Dafür haben wir Sonne und Schnee satt, was ich ausnahmsweise richtig genießen kann, denn nichts und niemand zwingt mich, eine Einfahrt dreimal am Tag zu schippen. Aber weil man ja so mit Nichtstun auch nicht seinen Tag verbringen will und das letzte Erlebnis ja nun auch schon ein Weilchen her ist, hab ich mich von Kind Nummer Eins zu einem erneuten, beherzten Versuch eines Skikurses breitschlagen lassen.

Schon beim Vorfahren, also testen, was der einzelne Fahrer so kann, wurden wir auf eine Nebenübungspiste verfrachtet. Offiziell, damit die Kinder ihre Gruppeneinteilung zügig über die Bühne bekommen. In Wahrheit wollte man aber einfach keine unschuldigen Kinder gefährden. Ausserdem war die unsere Übungspiste noch ein klein wenig flacher als die der Kinder. Nachdem also alle Erwachsenen durch waren, blieb für meine Gruppe ausser mir noch genau eine andere Beherzte, die in etwa meinen Skikenntnisstand hat, übrig. Man gab uns einen sehr, sehr geduldigen Skilehrer, der offensichtlich die Herausforderung liebt.

Angefeuert von Kind Nummer Eins Rufe, während sie zum Tellerlift fuhr

„Du schaffst das, Mama, Du kannst das!“, klammerte ich mich also tapfer an das Schleppseil und ließ mich wie ein Affe auf dem Schleifstein hochziehen. Endlose Male mit anschließenden unzähligen Übungen. Und gerade, als ich anmerken wollte, daß der rechte Arm nun gar nicht mehr zu mir gehört, meinte der optimistischste Skilehrer von allen

„Und jetzt gehts auf die da!“ und zeigte weit, weit nach oben.

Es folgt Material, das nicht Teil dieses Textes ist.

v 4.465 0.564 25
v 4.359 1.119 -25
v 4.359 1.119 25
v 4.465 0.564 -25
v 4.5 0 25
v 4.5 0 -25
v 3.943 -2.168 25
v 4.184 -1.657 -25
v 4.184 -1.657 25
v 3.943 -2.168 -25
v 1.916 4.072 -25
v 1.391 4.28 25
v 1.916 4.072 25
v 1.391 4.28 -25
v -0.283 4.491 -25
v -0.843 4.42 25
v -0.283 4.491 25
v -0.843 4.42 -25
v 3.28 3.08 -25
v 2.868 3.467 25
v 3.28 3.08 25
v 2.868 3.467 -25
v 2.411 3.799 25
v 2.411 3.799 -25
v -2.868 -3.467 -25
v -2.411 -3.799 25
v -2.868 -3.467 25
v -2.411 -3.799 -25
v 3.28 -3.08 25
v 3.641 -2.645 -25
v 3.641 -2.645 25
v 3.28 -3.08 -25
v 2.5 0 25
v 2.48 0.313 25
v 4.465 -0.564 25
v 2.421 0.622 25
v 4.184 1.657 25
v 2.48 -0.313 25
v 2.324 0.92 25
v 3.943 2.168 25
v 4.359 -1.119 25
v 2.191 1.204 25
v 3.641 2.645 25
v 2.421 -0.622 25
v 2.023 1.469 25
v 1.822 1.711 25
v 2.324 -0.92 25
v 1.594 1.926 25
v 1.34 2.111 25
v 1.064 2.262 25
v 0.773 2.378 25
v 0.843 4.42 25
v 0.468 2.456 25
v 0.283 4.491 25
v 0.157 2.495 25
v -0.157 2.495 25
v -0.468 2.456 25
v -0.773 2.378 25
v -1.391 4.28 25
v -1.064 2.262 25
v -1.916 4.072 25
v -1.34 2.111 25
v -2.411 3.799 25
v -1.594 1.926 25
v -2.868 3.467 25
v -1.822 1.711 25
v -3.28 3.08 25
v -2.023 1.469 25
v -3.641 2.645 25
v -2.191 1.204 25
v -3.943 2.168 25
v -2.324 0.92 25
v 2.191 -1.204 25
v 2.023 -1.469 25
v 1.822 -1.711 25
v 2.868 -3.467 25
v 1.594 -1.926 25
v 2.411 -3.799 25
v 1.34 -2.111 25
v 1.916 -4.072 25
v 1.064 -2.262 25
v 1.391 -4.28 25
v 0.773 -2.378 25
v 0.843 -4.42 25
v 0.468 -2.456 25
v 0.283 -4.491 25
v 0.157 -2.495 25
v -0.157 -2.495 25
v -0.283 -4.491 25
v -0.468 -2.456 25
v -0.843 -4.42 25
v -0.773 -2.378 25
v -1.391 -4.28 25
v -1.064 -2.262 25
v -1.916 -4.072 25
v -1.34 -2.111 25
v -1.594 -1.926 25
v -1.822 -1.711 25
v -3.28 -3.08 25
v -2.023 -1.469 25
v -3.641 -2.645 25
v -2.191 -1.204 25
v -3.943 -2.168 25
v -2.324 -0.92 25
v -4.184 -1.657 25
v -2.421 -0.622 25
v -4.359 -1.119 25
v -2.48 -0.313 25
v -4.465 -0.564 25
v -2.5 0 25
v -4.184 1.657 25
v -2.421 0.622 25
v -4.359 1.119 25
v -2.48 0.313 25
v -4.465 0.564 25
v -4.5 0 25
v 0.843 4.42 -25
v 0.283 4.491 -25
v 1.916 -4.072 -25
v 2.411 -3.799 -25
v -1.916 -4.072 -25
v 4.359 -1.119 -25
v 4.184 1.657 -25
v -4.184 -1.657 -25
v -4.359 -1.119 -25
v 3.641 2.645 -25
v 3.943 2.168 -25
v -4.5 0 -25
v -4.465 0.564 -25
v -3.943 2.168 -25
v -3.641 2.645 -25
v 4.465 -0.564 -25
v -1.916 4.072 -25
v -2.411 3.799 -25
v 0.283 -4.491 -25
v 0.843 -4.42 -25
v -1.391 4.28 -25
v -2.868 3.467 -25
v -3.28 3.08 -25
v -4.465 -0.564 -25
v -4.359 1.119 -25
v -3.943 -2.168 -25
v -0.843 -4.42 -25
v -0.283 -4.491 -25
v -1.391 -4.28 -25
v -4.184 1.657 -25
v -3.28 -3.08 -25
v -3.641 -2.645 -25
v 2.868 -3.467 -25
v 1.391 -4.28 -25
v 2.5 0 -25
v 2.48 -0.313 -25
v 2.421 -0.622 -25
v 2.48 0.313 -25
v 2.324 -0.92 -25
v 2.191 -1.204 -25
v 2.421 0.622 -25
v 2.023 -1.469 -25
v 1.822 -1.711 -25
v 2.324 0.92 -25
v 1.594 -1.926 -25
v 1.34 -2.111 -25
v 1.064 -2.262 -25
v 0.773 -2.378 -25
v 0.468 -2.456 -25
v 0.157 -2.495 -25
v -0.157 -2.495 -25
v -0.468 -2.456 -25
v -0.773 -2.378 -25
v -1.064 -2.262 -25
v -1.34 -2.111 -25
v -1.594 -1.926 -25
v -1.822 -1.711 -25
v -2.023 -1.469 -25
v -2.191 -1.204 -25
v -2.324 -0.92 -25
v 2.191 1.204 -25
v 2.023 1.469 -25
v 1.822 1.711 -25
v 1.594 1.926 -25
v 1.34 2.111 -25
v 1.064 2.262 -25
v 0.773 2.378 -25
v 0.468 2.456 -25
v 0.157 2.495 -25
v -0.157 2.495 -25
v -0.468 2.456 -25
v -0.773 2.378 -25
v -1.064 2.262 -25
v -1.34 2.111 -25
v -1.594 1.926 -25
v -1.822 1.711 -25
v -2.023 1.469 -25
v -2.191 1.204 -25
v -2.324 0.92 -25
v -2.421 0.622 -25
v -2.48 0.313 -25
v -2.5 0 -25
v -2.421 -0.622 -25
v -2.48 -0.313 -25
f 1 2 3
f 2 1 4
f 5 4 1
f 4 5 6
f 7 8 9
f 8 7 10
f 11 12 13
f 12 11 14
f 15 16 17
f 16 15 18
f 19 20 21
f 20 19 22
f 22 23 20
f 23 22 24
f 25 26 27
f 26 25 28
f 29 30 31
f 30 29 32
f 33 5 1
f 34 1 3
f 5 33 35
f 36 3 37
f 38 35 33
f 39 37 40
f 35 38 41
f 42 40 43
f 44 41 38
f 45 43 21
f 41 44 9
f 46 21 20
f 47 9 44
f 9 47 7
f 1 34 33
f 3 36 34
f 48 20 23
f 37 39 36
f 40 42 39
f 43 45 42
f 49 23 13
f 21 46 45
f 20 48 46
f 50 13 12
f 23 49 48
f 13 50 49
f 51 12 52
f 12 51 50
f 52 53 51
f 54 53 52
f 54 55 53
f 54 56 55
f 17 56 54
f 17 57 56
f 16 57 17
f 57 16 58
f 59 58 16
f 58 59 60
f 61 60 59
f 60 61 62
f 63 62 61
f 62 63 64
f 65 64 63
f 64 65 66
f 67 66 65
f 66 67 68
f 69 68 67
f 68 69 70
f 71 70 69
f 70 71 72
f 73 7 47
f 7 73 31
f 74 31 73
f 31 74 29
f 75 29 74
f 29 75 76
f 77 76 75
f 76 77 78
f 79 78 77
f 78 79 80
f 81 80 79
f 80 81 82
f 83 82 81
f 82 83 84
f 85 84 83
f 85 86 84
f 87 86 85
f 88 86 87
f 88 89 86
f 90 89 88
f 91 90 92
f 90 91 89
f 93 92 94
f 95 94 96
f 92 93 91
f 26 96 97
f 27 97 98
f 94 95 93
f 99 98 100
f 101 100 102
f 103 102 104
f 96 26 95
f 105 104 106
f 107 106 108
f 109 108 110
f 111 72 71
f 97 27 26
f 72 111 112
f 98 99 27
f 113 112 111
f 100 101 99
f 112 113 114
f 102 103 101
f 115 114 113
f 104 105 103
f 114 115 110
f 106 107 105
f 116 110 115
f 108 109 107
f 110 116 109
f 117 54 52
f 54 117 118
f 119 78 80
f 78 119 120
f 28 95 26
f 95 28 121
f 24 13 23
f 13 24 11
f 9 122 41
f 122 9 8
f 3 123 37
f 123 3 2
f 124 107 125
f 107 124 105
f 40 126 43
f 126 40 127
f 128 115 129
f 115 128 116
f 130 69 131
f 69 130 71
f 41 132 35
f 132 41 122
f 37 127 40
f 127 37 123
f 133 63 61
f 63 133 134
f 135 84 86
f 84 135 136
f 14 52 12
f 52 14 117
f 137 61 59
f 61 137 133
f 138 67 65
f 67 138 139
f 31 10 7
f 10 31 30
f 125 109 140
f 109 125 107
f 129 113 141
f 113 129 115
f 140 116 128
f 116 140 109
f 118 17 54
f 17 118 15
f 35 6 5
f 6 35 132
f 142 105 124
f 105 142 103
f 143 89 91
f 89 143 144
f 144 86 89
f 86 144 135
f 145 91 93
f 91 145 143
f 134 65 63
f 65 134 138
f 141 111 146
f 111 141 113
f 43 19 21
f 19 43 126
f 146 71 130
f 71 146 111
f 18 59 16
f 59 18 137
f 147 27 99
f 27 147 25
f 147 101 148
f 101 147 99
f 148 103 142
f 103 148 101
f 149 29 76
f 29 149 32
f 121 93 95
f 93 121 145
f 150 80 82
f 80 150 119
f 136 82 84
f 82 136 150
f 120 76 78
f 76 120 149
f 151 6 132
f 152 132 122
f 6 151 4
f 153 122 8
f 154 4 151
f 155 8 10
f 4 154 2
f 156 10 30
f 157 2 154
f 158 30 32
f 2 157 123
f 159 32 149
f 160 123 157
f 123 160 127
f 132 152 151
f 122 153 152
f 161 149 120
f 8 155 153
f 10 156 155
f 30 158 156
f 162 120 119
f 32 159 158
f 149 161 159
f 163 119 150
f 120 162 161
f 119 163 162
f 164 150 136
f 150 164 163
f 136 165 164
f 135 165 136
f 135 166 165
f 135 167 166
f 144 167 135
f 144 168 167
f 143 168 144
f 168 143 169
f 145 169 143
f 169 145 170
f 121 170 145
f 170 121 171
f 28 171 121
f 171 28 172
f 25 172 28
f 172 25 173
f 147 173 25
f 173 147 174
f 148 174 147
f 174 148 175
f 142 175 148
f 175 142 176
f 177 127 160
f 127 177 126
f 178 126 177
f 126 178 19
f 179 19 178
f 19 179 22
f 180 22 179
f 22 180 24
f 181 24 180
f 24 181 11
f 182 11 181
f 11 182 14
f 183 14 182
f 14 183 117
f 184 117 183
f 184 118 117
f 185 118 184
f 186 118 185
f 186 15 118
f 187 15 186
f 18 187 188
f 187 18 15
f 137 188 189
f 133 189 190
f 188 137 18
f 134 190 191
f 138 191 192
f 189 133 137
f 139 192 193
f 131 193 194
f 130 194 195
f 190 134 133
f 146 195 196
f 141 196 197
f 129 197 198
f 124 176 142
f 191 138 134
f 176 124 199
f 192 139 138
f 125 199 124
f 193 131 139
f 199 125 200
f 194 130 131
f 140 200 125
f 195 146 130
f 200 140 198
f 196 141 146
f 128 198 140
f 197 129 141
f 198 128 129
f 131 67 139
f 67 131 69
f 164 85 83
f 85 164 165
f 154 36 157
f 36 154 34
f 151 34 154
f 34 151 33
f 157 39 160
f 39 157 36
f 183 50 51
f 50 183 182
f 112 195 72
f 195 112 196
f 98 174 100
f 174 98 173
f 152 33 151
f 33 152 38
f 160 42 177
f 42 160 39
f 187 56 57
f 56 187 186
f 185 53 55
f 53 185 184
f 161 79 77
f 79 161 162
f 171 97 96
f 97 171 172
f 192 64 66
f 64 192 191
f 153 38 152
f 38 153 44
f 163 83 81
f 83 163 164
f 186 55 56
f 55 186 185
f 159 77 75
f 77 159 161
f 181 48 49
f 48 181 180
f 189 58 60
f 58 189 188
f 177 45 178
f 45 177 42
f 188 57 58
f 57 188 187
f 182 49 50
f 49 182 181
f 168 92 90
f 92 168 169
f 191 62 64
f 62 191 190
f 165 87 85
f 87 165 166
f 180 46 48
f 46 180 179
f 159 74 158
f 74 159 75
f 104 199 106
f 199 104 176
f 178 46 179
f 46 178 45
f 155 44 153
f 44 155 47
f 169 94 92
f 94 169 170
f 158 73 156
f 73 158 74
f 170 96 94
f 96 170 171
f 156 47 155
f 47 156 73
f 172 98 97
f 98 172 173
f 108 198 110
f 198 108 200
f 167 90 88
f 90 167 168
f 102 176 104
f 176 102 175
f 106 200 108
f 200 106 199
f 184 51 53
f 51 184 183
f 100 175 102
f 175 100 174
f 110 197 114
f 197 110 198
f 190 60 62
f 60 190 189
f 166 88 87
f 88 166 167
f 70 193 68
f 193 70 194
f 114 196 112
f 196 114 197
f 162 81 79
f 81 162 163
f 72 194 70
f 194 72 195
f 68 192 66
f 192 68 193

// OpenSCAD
$fn = 50;


difference() {
	union() {
		translate(v = [0, 0, -25.0000000000]) {
			cylinder(h = 50, r = 4.5000000000);
		}
	}
	union() {
		translate(v = [0, 0, -100.0000000000]) {
			cylinder(h = 200, r = 2.5000000000);
		}
	}
}
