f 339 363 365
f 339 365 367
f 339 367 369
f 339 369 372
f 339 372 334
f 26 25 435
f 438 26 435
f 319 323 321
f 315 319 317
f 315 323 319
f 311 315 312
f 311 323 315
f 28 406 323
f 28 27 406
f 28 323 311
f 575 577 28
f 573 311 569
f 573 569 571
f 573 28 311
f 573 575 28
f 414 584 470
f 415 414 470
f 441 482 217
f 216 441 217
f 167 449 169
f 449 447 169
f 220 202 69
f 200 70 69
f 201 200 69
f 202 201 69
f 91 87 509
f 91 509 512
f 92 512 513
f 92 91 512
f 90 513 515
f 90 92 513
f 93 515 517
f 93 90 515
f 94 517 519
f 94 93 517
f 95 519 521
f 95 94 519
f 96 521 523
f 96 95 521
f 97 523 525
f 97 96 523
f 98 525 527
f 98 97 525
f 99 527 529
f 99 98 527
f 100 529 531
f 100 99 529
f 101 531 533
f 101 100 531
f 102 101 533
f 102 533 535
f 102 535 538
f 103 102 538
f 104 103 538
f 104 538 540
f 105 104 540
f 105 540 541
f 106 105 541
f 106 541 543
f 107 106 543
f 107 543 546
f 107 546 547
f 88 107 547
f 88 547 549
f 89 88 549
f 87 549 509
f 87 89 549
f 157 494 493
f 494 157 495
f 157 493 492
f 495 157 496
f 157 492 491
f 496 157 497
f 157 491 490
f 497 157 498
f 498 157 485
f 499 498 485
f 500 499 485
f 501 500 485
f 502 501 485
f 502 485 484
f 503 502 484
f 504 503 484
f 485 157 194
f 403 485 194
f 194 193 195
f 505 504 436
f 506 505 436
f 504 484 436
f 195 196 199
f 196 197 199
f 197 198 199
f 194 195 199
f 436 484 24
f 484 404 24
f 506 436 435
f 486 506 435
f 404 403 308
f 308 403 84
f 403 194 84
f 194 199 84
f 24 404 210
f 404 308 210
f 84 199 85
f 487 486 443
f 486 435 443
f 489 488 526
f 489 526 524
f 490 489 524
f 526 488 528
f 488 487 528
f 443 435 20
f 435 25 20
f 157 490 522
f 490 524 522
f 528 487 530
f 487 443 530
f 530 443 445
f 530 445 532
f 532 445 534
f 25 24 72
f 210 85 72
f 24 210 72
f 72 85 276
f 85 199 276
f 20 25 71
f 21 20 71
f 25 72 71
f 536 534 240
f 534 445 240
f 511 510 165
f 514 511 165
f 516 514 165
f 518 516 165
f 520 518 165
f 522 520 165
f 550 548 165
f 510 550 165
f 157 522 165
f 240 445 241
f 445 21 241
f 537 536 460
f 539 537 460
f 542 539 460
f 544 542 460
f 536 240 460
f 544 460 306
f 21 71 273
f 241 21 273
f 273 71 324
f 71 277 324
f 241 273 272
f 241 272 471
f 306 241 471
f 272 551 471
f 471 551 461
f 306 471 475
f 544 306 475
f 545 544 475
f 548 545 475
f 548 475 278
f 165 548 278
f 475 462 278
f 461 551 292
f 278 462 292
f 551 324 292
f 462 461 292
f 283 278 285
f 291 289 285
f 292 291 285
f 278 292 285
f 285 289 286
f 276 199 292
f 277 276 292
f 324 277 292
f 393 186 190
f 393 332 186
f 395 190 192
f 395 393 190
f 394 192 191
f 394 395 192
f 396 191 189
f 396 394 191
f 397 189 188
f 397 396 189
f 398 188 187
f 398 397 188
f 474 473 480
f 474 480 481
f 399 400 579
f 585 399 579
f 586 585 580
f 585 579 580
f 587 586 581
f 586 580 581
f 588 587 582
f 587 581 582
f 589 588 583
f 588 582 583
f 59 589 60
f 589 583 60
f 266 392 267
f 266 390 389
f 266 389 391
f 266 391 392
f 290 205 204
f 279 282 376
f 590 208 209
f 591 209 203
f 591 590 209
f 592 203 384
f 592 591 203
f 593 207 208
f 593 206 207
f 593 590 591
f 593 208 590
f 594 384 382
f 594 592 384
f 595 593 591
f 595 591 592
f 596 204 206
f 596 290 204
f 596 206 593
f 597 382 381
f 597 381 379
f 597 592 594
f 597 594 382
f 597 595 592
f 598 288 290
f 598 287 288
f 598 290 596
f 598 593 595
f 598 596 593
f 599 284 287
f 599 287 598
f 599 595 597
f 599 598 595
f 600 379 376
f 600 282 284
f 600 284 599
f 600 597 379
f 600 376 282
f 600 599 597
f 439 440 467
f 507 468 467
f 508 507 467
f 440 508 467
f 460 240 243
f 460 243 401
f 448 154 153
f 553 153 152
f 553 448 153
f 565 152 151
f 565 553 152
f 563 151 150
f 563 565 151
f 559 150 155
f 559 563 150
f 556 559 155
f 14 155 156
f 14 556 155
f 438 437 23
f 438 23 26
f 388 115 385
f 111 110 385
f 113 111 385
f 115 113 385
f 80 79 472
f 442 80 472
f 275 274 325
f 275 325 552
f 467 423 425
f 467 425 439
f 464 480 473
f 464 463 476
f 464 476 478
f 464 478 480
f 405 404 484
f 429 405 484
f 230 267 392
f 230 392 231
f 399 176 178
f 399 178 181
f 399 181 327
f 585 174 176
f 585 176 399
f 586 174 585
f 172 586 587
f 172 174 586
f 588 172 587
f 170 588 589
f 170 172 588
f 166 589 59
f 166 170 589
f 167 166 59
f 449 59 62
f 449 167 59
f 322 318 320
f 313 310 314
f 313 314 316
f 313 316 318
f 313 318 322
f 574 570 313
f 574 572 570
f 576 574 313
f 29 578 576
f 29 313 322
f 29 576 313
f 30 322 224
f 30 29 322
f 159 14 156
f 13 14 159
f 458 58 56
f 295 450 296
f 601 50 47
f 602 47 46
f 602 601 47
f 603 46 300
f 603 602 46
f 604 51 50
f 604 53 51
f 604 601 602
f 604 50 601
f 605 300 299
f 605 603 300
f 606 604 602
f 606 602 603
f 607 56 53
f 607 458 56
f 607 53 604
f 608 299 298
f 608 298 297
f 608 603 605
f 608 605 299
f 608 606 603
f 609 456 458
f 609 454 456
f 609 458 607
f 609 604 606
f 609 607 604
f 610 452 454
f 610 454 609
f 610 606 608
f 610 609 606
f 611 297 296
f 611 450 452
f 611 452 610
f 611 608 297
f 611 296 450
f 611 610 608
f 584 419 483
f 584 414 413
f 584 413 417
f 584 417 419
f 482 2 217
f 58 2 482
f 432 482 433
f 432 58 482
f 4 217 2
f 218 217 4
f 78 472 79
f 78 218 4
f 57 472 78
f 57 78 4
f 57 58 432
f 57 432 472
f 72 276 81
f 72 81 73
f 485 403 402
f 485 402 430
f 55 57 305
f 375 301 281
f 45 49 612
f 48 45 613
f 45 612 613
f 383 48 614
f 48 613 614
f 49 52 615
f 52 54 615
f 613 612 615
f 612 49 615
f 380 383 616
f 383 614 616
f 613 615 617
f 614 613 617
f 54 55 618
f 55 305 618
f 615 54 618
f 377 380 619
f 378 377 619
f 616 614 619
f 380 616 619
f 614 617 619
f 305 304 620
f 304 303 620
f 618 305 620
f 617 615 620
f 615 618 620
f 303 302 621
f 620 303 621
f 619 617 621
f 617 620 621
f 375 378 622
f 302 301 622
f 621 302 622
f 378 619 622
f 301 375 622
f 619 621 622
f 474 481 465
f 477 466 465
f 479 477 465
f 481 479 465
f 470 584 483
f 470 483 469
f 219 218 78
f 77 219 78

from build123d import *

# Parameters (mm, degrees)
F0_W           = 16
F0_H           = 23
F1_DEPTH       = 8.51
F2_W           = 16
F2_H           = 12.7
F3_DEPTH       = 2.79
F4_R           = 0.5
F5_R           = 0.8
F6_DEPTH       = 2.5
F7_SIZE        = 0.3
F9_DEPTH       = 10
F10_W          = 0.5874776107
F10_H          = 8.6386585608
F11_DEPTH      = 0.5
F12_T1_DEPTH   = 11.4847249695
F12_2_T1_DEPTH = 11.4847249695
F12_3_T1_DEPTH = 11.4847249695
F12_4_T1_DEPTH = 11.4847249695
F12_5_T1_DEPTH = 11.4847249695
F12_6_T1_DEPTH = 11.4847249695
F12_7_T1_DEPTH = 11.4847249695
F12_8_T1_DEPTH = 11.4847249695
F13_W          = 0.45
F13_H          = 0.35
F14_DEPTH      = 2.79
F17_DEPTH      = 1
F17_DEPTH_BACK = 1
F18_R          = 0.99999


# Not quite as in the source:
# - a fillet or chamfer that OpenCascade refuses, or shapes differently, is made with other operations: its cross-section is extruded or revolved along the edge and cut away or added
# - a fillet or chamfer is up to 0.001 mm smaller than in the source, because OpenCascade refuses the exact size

Ich mache es kurz – aus irgendeinem mir nicht verständlichen Grunde klappte es. Ich schneepflückte mich durch den Hang und fiel nur einmal. Und das war nicht meine Schuld, weil meine Mitschülerin mich leider umnietete. Was aber auch sein Gutes hatte, weil ich jetzt weiß, warum mittlerweile fast alle Leute auf der Piste einen Helm tragen. Und da das alles so gut geklappt hat, habe ich beschlossen, mein Glück zu strapazieren und habe die ganze Woche nachgebucht. Ich, das Possum, habe mir jetzt in den Kopf gesetzt, wirklich Skifahren zu lernen. Wenn der Berg so unbelehrbar ist – bitte, er wird sehen, was er davon hat.

Übrigens hat das Hotel auch einen ganz hervorragenden Wellnessbereich – mit mehreren Saunen, die einen mittelalten Körper wieder zum Leben erwecken.

Ich nutze ihn täglich.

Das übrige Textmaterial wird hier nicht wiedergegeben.